Une avancée pour les patients canadiens
Dès le début juin, les pharmacies canadiennes commenceront à distribuer une version générique du semaglutide, le principe actif de l’Ozempic et du Wegovy. Cette décision de Santé Canada fait du pays le premier membre du G7 à autoriser un tel produit. Pour les quelque trois millions de Canadiens qui utilisent ces traitements contre le diabète de type 2 ou pour la perte de poids, l’arrivée des génériques représente une baisse de coût spectaculaire, les prix étant réduits de plus des deux tiers.
Elizabeth Doran, une retraitée de 69 ans vivant à Ottawa, témoigne des difficultés rencontrées jusqu’à présent. Prescrite pour perdre du poids et ainsi éviter le diabète, elle devait débourser entre 350 et 500 dollars canadiens par mois. « Il me manquait un dixième de point pour être diabétique », explique-t-elle. Pour financer son traitement, elle a dû reprendre des missions d’enseignante remplaçante plusieurs fois par mois. Avec l’arrivée des génériques, elle espère pouvoir maintenir sa perte de poids à moindre frais.
Deux fabricants approuvés, un marché en pleine mutation
Deux entreprises ont obtenu le feu vert de Santé Canada pour commercialiser leur semaglutide générique : le laboratoire indien Dr Reddy’s et le canadien Apotex. Le président-directeur général de Dr Reddy’s, Erez Israeli, a indiqué que son groupe avait déposé des demandes dans plus de 80 pays, notamment aux États-Unis. Il prévoit une disponibilité prochaine en Amérique du Sud, en Afrique et dans la majeure partie de l’Asie, mais pas aux États-Unis, au Royaume-Uni ni en Europe. Apotex, de son côté, a reçu un avis favorable de la Food and Drug Administration (FDA) américaine, mais ne peut pas encore vendre son produit sur le sol américain.

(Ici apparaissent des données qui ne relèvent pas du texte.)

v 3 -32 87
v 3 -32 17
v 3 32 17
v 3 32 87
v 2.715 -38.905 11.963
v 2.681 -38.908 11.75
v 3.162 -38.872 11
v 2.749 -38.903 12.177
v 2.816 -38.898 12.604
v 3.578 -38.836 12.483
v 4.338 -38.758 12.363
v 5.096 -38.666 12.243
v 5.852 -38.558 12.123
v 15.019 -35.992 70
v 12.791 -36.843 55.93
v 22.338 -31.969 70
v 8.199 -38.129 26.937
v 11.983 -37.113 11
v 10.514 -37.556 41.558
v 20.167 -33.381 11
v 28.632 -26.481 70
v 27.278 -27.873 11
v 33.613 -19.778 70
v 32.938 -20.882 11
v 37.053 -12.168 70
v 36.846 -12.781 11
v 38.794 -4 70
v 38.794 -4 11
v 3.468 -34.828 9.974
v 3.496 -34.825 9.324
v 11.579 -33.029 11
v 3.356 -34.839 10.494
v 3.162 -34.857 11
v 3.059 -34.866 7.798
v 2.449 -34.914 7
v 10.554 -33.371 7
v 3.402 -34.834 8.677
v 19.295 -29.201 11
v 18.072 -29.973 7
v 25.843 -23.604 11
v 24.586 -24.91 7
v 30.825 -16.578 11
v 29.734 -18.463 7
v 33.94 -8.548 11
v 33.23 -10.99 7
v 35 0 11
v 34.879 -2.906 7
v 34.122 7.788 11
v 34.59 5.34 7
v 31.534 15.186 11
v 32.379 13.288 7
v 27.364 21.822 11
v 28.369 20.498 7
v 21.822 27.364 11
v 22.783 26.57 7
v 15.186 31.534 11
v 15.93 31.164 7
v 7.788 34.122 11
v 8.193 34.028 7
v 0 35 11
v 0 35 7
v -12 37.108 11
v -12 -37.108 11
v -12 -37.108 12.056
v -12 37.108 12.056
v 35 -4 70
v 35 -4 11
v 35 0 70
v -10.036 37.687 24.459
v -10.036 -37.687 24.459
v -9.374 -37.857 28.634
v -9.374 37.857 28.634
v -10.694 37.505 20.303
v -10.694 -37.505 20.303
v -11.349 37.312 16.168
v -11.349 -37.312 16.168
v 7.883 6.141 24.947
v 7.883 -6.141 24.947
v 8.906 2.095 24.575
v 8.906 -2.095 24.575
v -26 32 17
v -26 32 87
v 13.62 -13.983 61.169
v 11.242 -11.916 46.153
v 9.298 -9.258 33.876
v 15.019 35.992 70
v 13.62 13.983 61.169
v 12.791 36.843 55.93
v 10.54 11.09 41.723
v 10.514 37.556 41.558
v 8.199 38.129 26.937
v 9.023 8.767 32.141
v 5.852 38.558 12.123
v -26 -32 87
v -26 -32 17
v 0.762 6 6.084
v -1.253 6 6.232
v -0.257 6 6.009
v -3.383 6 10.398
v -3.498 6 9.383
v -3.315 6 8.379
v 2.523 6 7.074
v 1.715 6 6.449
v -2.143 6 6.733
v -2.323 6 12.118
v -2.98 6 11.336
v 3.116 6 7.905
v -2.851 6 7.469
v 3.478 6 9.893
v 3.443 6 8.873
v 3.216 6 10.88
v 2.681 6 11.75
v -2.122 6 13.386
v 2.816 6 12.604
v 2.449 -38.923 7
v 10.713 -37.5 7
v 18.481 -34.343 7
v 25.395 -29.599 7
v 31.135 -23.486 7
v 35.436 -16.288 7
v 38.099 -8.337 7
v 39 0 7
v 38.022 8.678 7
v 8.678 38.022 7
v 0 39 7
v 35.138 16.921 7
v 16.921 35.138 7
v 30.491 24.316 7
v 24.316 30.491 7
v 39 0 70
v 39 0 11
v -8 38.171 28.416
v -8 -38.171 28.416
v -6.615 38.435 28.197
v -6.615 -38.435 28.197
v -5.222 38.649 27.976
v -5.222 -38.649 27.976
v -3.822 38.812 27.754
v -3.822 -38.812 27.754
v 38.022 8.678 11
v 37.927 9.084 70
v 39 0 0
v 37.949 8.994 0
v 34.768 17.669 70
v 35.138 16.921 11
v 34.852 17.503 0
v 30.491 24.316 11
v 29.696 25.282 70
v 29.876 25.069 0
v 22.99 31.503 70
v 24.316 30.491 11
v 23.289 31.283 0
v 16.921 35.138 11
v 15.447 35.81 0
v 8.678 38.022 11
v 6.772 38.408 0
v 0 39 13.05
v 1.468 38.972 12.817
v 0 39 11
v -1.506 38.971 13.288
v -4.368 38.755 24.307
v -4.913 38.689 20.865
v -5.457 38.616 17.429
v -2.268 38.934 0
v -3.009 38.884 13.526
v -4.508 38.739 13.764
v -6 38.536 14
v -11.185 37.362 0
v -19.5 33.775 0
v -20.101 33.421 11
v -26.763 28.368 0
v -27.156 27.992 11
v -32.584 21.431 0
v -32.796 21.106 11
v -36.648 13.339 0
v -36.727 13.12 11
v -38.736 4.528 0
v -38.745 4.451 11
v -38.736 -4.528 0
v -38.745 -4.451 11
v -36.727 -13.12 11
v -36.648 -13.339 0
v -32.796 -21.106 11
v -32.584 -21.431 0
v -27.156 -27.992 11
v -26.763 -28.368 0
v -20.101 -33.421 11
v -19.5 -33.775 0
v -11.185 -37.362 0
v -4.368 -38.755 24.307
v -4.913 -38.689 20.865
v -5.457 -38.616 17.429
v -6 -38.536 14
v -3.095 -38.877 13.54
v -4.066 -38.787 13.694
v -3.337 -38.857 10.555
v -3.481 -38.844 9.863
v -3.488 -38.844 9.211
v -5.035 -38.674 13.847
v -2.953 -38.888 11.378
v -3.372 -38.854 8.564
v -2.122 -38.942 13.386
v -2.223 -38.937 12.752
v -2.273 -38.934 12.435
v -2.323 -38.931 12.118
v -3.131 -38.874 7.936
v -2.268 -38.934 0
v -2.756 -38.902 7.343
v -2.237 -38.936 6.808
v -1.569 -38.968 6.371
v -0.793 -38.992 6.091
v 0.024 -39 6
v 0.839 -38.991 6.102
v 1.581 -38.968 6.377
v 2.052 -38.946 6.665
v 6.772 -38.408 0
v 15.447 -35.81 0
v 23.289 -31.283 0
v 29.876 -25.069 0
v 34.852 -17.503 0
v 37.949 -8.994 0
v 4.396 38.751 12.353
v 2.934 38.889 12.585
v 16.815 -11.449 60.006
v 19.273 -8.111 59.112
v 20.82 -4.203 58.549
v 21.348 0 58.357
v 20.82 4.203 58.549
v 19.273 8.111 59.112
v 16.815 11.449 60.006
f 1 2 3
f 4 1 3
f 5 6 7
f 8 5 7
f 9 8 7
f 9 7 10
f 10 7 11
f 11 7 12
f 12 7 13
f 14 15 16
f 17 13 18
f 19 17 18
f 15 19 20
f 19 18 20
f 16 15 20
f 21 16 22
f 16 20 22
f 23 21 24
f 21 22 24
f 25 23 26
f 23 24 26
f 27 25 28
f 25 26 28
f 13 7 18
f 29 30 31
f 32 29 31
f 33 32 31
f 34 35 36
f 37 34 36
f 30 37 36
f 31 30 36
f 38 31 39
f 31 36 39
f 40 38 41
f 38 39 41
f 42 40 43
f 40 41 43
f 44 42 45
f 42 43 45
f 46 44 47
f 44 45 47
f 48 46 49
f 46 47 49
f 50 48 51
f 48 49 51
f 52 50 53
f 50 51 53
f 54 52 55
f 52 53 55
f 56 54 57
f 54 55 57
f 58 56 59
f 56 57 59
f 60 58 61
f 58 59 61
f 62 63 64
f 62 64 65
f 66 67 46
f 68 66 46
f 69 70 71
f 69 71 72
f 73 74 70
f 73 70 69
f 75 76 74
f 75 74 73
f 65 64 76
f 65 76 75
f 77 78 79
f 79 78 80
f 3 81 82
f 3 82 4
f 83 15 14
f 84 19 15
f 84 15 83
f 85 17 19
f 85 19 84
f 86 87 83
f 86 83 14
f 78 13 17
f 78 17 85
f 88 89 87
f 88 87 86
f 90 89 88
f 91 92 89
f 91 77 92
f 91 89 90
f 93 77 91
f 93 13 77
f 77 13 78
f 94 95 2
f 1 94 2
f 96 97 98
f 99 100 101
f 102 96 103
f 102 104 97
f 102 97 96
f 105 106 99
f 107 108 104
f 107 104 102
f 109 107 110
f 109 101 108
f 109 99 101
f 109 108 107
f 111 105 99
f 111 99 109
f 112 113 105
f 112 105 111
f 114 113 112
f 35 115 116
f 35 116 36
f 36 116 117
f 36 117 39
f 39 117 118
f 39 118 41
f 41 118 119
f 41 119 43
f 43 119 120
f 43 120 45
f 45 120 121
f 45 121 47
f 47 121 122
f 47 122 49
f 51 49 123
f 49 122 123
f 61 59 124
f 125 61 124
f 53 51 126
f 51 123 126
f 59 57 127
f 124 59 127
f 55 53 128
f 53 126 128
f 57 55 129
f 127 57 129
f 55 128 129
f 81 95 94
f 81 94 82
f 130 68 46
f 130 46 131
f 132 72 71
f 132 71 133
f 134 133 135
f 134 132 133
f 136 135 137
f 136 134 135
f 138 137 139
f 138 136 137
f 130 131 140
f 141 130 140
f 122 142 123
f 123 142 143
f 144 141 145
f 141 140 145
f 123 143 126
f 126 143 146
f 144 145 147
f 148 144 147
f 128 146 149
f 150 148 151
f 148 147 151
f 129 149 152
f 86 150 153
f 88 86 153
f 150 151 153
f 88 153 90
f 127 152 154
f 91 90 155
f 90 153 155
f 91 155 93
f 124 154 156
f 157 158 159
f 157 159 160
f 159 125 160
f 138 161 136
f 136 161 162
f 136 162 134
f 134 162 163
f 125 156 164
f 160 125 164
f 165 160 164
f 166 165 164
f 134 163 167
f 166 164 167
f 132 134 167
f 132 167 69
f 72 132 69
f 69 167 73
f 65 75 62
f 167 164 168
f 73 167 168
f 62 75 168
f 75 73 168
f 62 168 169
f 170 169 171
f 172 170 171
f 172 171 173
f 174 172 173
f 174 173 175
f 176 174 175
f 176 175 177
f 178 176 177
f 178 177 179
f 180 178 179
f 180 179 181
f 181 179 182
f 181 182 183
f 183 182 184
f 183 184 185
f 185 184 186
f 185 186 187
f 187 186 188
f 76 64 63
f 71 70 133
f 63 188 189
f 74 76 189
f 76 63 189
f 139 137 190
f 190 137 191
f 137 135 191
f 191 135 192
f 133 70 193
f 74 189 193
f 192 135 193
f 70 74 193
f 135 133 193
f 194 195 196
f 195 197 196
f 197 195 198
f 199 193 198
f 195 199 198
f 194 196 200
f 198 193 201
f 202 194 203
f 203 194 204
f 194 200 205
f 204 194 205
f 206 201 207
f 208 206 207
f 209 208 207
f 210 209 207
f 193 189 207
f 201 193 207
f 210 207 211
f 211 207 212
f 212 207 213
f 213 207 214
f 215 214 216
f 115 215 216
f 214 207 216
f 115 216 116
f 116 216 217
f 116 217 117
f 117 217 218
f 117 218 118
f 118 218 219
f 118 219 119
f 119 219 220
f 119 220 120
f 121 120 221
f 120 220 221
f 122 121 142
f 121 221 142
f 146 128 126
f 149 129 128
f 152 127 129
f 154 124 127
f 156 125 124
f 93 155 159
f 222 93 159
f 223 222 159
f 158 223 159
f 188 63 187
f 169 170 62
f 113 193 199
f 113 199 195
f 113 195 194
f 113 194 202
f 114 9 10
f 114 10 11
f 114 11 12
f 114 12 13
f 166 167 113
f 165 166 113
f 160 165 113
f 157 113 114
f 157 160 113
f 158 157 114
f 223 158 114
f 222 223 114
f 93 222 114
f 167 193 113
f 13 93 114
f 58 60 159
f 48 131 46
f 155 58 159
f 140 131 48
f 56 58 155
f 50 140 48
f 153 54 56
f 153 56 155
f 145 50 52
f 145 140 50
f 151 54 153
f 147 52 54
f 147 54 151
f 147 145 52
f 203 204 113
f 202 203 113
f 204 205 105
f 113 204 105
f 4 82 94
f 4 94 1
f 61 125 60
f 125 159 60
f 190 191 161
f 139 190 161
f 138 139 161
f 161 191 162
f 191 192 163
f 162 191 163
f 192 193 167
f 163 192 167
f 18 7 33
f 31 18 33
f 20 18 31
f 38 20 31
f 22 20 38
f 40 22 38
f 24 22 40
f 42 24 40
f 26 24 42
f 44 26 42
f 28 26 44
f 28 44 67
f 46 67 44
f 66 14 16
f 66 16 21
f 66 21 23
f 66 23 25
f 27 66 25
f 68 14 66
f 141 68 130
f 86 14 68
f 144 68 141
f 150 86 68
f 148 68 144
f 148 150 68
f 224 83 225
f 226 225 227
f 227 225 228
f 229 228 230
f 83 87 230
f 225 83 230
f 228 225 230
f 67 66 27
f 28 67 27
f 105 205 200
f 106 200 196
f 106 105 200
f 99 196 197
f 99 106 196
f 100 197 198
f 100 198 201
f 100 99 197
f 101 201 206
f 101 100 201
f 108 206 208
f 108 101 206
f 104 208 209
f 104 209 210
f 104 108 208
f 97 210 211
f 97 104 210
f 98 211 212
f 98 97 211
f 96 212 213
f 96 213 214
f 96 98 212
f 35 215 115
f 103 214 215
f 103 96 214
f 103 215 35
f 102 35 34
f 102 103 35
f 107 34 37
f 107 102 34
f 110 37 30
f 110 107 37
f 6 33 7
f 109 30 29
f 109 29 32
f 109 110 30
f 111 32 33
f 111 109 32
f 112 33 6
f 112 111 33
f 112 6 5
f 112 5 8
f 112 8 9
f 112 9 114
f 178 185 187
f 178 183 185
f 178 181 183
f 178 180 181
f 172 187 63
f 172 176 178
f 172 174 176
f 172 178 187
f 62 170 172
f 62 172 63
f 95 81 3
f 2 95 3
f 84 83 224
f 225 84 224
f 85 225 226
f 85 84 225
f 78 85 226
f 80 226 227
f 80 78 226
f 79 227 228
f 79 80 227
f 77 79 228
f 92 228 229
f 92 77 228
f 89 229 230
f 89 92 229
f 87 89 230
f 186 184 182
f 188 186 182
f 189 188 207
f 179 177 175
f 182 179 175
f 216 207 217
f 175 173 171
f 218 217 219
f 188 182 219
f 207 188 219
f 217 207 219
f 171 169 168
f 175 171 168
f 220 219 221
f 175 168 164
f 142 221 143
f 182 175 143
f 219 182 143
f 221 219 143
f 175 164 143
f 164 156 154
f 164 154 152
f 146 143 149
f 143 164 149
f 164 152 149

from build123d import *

# Parameters (mm, degrees)
BOX003_W                    = 29
BOX003_H                    = 64
BOX003_DEPTH                = 70
BOX006_W                    = 20
BOX006_H                    = 79
BOX006_DEPTH                = 44
BOX006_PLACEMENT_ANGLE      = 9
BOX_W                       = 12
BOX_H                       = 78
BOX_DEPTH                   = 150
BOX_PLACEMENT_ANGLE         = 9
BOX001_W                    = 12
BOX001_H                    = 78
BOX001_DEPTH                = 150
BOX001_PLACEMENT_ANGLE      = 9
BOX002_W                    = 29
BOX002_H                    = 78
BOX002_DEPTH                = 150
CYLINDER004_R               = 16
CYLINDER004_DEPTH           = 36
CYLINDER004_PLACEMENT_ANGLE = 20
CYLINDER001_R               = 3.5
CYLINDER001_DEPTH           = 47
BOX005_W                    = 5
BOX005_H                    = 45
BOX005_DEPTH                = 10
BOX005_PLACEMENT_ANGLE      = 9
CYLINDER003_R               = 35
CYLINDER003_DEPTH           = 4
BOX004_W                    = 4
BOX004_H                    = 4
BOX004_DEPTH                = 83
CYLINDER002_W               = 39
CYLINDER002_H               = 4
CYLINDER002_ANGLE           = 180
CYLINDER_R                  = 39
CYLINDER_DEPTH              = 70


with BuildPart() as front_hole_small:
    # Box003 → Box003 (new body)
    with BuildSketch(Plane(origin=(-26, -32, 17), x_dir=(1, 0, 0), z_dir=(0, 0, 1))):
        with Locations((14.5, 32)):
            Rectangle(BOX003_W, BOX003_H)
    extrude(amount=BOX003_DEPTH)


with BuildPart() as arm_cutter:
    # Box006 → Box006 (new body)
    with BuildSketch(Plane.XY):
        with Locations((10, 39.5)):
            Rectangle(BOX006_W, BOX006_H)
    extrude(amount=BOX006_DEPTH)


with BuildPart() as arm_cutter_1:
    # Box006 placement: moved
    add(arm_cutter.part.moved(Location((-18, -40, 30))).rotate(Axis((-18, -40, 30), (0, 1, 0)), BOX006_PLACEMENT_ANGLE))


with BuildPart() as phone_model:
    # Box → Box (new body)
    with BuildSketch(Plane.XY):
        with Locations((6, 39)):
            Rectangle(BOX_W, BOX_H)
    extrude(amount=BOX_DEPTH)


with BuildPart() as phone_model_1:
    # Box placement: moved
    add(phone_model.part.moved(Location((-6, -39, 14))).rotate(Axis((-6, -39, 14), (0, 1, 0)), BOX_PLACEMENT_ANGLE))


with BuildPart() as front_hole:
    # Box001 → Box001 (new body)
    with BuildSketch(Plane.XY):
        with Locations((6, 39)):
            Rectangle(BOX001_W, BOX001_H)
    extrude(amount=BOX001_DEPTH)


with BuildPart() as front_hole_1:
    # Box001 placement: moved
    add(front_hole.part.moved(Location((-24, -39, 13))).rotate(Axis((-24, -39, 13), (0, 1, 0)), BOX001_PLACEMENT_ANGLE))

Pourquoi les États-Unis restent à l’écart
La différence de calendrier s’explique par les régimes de brevets. Tahir Amin, directeur général de l’Initiative pour l’accès aux médicaments et aux savoirs (I-MAK), explique que les États membres du G7 permettent aux entreprises pharmaceutiques de prolonger leurs brevets pour compenser les retards réglementaires. Ainsi, le brevet principal sur le semaglutide devrait expirer en 2032 aux États-Unis. Au Canada, Novo Nordisk aurait pu étendre son exclusivité jusqu’en 2028, mais la société n’a pas renouvelé son brevet. « Quelqu’un a laissé tomber la balle, et c’est pourquoi le Canada a des génériques plus tôt », commente Tahir Amin.
Le laboratoire danois Novo Nordisk a réagi en soulignant que cette situation canadienne est « localisée » et ne reflète pas celle des États-Unis, où « l’exclusivité reste intacte ». Néanmoins, l’arrivée des génériques a déjà contraint l’entreprise à réduire ses prix au Canada.
Des précédents d’accès transfrontalier
De nombreux Américains pourraient être tentés de se procurer ces médicaments moins chers au Canada. Ce ne serait pas une première. En 2019, un groupe de citoyens américains avait organisé un « car » pour acheter de l’insuline au Canada, dénonçant les prix prohibitifs aux États-Unis. En 2023, la province de Colombie-Britannique a dû restreindre l’accès à l’Ozempic après avoir constaté que 15 % des prescriptions provenaient de patients américains, souvent via des pharmacies en ligne canadiennes. L’ancien ministre de la Santé de la province, Adrian Dix, avait alors déclaré que ces exportations détournaient le médicament de sa mission première.
Un soulagement pour les patients, un espoir pour le système de santé
Esther Linetsky, une autre patiente canadienne, avait dû interrompre son traitement faute de moyens. « Mon médecin voulait augmenter la dose, mais cela signifiait un coût plus élevé, et je ne pouvais pas me le permettre », confie-t-elle. Elle espère désormais reprendre le traitement à un prix abordable.
Avec la baisse des coûts, les autorités sanitaires pourraient également réaliser des économies. Comme le souligne Elizabeth Doran, « en prenant ce médicament, j’économise probablement beaucoup d’argent au système de santé ». De fait, la prévention du diabète et des maladies cardiovasculaires pourrait réduire les dépenses publiques à long terme.
L’arrivée des génériques au Canada intervient après que l’Inde a approuvé des dizaines de versions à bas coût cette année, poussant Novo Nordisk à réduire ses prix de près de 50 % dans ce pays. La concurrence mondiale s’intensifie, mais les patients américains devront patienter encore plusieurs années avant de voir une alternative abordable sur leur marché.